I think developer experience is user experience where the user happens to be a developer. It’s as simple as that. And I think over the last ten years developer experience or user experience in general has come to be recognized as much more important than previously, even if you think of recently the iPhone and smartphone introduction which has really revolutionized the world just based on usability or if you think about the fact how mobile applications, data mobile applications are winning over web applications these days where it’s really only a about couple of microseconds of usability and responsiveness in the approach of the application, I think all those things are making people realize that user experience and developer experience is extremely important.
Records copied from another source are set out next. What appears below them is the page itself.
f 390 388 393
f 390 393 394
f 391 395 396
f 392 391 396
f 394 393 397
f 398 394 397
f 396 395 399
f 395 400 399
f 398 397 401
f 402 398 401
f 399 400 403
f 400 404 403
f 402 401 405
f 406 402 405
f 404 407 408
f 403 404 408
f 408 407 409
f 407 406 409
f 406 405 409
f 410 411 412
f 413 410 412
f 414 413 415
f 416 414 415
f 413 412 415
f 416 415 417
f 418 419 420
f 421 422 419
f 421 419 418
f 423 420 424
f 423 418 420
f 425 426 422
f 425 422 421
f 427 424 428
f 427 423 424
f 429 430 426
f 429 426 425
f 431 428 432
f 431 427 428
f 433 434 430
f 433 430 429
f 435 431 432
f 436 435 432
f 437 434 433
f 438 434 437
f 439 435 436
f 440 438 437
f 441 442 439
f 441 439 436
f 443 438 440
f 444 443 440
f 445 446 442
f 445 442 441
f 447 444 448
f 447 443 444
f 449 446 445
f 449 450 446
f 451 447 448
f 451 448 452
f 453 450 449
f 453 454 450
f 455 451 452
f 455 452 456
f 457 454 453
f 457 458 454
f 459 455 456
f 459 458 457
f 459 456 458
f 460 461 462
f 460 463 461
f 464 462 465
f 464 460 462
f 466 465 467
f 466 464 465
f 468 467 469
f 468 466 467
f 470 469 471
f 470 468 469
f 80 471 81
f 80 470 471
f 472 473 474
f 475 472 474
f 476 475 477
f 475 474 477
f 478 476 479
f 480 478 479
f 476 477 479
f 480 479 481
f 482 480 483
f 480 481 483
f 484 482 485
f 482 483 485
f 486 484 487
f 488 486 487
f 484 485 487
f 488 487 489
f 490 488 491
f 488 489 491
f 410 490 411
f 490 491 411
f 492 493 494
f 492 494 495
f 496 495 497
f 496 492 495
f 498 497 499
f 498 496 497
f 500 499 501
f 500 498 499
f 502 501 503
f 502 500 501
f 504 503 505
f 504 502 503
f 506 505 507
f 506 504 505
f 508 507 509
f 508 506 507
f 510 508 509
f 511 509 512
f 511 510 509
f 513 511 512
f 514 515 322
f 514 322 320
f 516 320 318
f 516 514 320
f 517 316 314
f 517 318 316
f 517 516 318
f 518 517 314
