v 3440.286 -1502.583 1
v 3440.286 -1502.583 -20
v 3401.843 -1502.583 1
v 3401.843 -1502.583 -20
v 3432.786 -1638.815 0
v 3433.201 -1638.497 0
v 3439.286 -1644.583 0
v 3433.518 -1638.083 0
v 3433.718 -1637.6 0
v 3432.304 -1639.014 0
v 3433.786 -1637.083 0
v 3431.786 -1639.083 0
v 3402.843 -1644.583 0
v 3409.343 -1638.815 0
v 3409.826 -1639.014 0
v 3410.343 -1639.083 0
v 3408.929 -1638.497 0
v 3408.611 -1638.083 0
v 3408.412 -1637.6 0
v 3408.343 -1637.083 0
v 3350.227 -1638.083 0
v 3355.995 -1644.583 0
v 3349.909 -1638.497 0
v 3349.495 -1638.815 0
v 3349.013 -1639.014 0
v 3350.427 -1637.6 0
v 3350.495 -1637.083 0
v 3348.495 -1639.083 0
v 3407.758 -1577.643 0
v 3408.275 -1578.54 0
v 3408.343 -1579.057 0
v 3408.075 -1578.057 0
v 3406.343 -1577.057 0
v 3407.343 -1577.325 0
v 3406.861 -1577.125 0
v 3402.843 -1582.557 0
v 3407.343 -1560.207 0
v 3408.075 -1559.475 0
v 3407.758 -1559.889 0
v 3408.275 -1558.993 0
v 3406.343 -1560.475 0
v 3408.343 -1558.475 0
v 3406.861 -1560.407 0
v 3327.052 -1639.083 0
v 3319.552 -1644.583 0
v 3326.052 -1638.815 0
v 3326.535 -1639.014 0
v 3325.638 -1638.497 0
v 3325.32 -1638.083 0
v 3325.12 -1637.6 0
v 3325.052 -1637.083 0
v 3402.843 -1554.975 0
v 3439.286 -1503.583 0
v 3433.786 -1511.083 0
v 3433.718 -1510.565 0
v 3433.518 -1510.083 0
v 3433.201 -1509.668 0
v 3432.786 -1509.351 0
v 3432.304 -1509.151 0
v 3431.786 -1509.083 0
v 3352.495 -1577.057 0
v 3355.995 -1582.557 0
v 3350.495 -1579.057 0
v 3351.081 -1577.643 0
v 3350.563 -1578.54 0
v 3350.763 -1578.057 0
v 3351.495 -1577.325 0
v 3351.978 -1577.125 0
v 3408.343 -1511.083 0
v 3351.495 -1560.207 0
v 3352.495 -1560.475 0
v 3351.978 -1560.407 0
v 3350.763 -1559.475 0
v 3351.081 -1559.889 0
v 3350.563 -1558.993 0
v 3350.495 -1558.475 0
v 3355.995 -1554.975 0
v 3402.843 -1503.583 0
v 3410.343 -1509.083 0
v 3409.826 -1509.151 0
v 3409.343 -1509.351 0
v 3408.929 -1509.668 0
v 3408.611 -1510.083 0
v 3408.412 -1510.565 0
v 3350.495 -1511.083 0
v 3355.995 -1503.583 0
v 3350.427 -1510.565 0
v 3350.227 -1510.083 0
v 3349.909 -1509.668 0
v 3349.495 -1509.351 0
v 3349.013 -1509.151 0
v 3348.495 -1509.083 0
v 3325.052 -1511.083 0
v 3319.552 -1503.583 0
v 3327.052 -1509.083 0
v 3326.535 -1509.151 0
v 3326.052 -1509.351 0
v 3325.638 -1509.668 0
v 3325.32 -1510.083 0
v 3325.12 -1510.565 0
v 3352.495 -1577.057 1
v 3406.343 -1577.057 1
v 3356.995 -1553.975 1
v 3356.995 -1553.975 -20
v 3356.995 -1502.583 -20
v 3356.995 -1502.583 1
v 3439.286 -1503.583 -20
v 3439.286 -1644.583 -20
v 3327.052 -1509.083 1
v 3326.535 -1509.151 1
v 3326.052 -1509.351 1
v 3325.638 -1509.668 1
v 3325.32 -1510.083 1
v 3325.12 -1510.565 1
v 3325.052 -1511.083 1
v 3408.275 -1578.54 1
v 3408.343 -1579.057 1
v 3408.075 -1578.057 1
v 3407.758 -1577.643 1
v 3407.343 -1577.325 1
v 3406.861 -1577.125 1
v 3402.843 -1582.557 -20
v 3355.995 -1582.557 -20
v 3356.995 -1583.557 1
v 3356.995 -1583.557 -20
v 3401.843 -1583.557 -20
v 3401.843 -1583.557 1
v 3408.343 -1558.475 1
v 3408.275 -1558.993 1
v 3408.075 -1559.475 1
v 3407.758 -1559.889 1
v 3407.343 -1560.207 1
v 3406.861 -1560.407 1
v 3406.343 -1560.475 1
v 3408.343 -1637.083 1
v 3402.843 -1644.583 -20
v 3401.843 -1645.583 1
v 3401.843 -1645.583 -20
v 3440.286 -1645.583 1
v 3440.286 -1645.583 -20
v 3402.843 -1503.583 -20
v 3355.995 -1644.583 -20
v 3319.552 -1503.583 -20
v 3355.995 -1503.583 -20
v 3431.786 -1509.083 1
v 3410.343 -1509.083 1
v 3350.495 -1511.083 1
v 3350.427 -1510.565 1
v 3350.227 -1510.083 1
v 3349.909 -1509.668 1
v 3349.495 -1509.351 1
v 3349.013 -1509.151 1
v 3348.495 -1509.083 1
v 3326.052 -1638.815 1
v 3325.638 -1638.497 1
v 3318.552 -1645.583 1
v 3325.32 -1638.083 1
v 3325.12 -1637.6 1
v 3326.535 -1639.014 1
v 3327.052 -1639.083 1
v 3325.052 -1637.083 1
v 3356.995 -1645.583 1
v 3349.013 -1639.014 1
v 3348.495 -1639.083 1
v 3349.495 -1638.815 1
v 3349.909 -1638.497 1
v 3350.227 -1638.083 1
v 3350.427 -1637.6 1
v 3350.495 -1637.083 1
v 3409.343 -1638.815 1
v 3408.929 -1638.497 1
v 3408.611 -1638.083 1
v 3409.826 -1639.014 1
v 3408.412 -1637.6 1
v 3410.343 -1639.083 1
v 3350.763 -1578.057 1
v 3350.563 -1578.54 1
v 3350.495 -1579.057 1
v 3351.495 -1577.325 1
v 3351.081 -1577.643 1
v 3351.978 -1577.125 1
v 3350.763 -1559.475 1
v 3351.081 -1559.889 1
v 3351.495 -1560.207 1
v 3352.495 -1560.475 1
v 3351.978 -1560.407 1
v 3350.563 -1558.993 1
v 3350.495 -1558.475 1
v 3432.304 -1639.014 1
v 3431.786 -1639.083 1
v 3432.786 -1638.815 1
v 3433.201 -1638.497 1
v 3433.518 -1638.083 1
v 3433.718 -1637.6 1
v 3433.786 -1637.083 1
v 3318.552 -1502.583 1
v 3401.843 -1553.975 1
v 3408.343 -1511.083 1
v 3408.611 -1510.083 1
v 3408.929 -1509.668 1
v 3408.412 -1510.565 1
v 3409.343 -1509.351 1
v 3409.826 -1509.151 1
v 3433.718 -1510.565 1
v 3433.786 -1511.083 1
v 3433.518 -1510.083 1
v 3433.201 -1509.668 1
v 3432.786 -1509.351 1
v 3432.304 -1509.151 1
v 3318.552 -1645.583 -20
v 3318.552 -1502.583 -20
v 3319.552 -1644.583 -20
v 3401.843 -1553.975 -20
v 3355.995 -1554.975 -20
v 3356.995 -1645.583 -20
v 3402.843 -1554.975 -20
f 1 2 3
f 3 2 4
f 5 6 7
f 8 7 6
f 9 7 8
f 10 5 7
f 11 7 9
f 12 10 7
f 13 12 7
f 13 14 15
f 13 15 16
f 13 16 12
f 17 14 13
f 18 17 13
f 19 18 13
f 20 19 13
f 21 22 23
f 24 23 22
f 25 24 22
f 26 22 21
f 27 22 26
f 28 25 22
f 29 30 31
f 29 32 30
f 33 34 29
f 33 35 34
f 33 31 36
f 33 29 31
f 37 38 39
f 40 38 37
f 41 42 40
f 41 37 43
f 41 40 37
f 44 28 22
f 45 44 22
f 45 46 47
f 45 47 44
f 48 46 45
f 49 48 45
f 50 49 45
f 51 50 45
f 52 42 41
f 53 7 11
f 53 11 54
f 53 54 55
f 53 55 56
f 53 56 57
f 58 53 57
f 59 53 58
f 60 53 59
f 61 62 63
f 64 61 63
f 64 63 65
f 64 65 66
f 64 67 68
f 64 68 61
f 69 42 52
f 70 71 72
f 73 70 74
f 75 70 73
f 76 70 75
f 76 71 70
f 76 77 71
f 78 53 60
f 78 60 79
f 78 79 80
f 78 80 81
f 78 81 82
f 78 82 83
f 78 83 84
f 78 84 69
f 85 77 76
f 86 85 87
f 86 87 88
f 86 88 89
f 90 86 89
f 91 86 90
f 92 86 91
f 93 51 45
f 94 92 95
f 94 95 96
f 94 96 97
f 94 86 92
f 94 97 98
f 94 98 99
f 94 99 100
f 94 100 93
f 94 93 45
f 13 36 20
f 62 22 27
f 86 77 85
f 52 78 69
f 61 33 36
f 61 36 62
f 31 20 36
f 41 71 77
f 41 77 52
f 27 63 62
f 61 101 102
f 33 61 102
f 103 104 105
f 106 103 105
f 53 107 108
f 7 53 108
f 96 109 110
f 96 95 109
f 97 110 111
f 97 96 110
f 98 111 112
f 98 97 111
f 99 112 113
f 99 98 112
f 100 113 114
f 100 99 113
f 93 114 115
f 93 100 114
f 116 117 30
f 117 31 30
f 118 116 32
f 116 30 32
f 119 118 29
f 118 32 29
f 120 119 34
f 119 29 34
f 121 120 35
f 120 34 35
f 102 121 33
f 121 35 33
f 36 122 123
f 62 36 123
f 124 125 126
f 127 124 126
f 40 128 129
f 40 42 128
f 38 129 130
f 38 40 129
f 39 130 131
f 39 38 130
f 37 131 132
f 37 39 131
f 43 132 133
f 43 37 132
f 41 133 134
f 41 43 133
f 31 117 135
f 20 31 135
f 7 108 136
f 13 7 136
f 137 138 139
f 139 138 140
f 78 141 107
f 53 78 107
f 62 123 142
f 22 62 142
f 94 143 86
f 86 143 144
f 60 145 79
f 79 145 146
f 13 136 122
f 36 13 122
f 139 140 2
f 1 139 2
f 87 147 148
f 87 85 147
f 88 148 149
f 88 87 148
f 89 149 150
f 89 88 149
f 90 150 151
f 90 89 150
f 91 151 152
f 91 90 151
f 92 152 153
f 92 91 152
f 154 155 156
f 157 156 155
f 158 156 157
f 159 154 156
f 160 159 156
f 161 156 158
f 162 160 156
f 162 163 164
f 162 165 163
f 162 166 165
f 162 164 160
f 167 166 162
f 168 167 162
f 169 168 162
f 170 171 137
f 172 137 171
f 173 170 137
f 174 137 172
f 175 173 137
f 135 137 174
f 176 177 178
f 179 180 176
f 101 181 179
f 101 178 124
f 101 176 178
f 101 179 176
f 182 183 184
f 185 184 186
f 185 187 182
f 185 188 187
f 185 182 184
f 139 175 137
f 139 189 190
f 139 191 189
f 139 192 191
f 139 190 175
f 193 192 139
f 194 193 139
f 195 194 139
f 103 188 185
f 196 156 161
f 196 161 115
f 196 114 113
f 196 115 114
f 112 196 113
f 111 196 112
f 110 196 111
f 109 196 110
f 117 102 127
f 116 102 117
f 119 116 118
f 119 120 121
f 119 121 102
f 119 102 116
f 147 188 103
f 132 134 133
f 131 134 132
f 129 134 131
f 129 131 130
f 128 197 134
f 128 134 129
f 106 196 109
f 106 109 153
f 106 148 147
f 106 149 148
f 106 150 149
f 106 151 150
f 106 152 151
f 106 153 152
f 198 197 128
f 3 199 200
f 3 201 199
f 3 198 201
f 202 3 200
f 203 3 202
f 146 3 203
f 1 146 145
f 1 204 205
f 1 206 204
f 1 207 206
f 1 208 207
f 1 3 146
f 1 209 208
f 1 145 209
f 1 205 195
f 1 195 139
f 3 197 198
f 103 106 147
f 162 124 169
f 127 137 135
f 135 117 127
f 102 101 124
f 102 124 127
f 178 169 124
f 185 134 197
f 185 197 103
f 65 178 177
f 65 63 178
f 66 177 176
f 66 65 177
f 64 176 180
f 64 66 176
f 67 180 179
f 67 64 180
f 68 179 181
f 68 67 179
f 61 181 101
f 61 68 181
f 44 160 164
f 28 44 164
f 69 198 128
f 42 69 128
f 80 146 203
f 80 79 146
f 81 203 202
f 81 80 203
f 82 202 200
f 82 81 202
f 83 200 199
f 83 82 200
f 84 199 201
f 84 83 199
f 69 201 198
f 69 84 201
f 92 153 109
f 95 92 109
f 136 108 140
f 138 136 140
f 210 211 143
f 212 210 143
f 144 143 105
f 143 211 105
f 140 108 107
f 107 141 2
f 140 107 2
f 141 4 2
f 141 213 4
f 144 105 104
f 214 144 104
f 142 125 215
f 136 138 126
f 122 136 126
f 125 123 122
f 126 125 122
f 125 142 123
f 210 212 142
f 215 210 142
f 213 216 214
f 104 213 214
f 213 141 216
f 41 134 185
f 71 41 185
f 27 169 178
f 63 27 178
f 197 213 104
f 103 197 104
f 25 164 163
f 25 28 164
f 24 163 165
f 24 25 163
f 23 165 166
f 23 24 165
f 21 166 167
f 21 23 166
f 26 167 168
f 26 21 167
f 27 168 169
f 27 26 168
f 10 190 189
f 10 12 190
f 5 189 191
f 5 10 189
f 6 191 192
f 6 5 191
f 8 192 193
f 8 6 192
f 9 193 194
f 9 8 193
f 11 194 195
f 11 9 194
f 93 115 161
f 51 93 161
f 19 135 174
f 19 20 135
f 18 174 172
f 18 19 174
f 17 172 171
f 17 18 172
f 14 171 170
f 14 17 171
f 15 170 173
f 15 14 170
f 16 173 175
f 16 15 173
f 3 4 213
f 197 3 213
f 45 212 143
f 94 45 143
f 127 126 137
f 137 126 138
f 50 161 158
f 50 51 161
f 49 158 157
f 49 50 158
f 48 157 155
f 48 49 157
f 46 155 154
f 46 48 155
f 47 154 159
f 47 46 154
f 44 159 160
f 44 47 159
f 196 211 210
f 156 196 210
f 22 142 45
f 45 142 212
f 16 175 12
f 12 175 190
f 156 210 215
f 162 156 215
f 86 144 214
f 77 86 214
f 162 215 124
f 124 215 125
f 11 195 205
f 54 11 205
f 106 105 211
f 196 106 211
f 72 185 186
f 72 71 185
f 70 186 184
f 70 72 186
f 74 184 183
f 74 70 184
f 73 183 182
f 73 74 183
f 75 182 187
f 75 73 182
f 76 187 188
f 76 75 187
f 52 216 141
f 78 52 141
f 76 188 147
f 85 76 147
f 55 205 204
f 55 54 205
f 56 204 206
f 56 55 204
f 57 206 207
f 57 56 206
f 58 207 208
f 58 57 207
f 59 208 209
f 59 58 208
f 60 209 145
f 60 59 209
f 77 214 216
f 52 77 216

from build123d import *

# Parameters (mm, degrees)
BOSS_EXTRUDE1_DEPTH      = 1
BOSS_EXTRUDE1_DEPTH_BACK = 20
CUT_EXTRUDE1_DEPTH       = 3814.653559302
CUT_EXTRUDE2_DEPTH       = 20
FILLET1_R                = 2


with BuildPart() as part:
    # Sketch1 → Boss-Extrude1 (new, two sides: drawn at the far end of the back side and taken through both)
    with BuildSketch(Plane.XY.offset(-BOSS_EXTRUDE1_DEPTH_BACK)):
        Polygon((3401.843352704, -1645.582577839), (3440.286390679, -1645.582577839), (3440.286390679, -1502.582577839), (3401.843352704, -1502.582577839), (3401.843352704, -1553.974982902), (3356.995251438, -1553.974982902), (3356.995251438, -1502.582577839), (3318.552213464, -1502.582577839), (3318.552213464, -1645.582577839), (3356.995251438, -1645.582577839), (3356.995251438, -1583.557261383), (3401.843352704, -1583.557261383), align=None)
    extrude(amount=BOSS_EXTRUDE1_DEPTH + BOSS_EXTRUDE1_DEPTH_BACK)

    # Sketch2 → Cut-Extrude1 (cut, through all)
    with BuildSketch(Plane.XY.offset(1)):
        Polygon((3408.343352704, -1577.057261383), (3408.343352704, -1639.082577839), (3433.786390679, -1639.082577839), (3433.786390679, -1509.082577839), (3408.343352704, -1509.082577839), (3408.343352704, -1560.474982902), (3350.495251438, -1560.474982902), (3350.495251438, -1509.082577839), (3325.052213464, -1509.082577839), (3325.052213464, -1639.082577839), (3350.495251438, -1639.082577839), (3350.495251438, -1577.057261383), align=None)
    extrude(amount=-CUT_EXTRUDE1_DEPTH, mode=Mode.SUBTRACT)

    # Sketch3 → Cut-Extrude2 (cut)
    with BuildSketch(Plane(origin=(0, 0, -20), x_dir=(-1, 0, 0), z_dir=(0, 0, -1))):
        Polygon((-3402.843352704, -1644.582577839), (-3402.843352704, -1582.557261383), (-3355.995251438, -1582.557261383), (-3355.995251438, -1644.582577839), (-3319.552213464, -1644.582577839), (-3319.552213464, -1503.582577839), (-3355.995251438, -1503.582577839), (-3355.995251438, -1554.974982902), (-3402.843352704, -1554.974982902), (-3402.843352704, -1503.582577839), (-3439.286390679, -1503.582577839), (-3439.286390679, -1644.582577839), align=None)
    extrude(amount=-CUT_EXTRUDE2_DEPTH, mode=Mode.SUBTRACT)

    # Fillet1
    fillet1_edges = [part.edges().sort_by_distance(p)[0] for p in [
        (3408.343352704, -1639.082577839, 0.5),
        (3408.343352704, -1577.057261383, 0.5),
        (3433.786390679, -1639.082577839, 0.5),
        (3433.786390679, -1509.082577839, 0.5),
So, in the context of APIs developer experience is probably the number one driver that decides the success of your API and it’s really about how developers feel when they’re using your API, how easy you make it for them and what’s the overall experience with your API product.
3. Now we know that REST is here, you did mention you were a backend architect, so you obviously dealt with SOA and previous generations of these architectures. So in the absence of DX in the current SOA world, what are some lessons that we can learn from SOA and what we should avoid in the API world?
Well, I think it’s still good to frame that question as a DX question, one of the reasons why RESTful architectures got so massively more popular over the last decade was exactly that undercurrent of DX and UX coming into play. So, probably the number one thing why RESTful architectures got more popular is because they are just simpler. They are certainly much less sophisticated, there is certainly much less tooling around them and so the whole platform grew out from the hacker community that just embraces the do-it-yourself approach. But now I think the general programming community has matured into major API deployments, we’re coming back to look at how we can introduce more tooling and how can we introduce more support and how can we introduce more structure into the new world of simpler API development. So for me, we’re thinking a lot about how the decade of SOA influences the decade of APIs and what we should learn from that. And one of the biggest transitions for me was transitioning to simple architectures, to what we call human-readable and human-writable. SOA was a lot about trying to engineer a protocol that was machine-readable and machine- writable. So it was easier to automate the whole process and it was easier to pretend there was no API or to try to automate everything together. And REST is really about acknowledging that there is an API out there and that API needs to be designed well, so that the developer on the other side that is using the API has a good developer experience. But we are still trying to come back with more tooling and better support on automating the process without sacrificing the simplicity or the human-readability and human-writability.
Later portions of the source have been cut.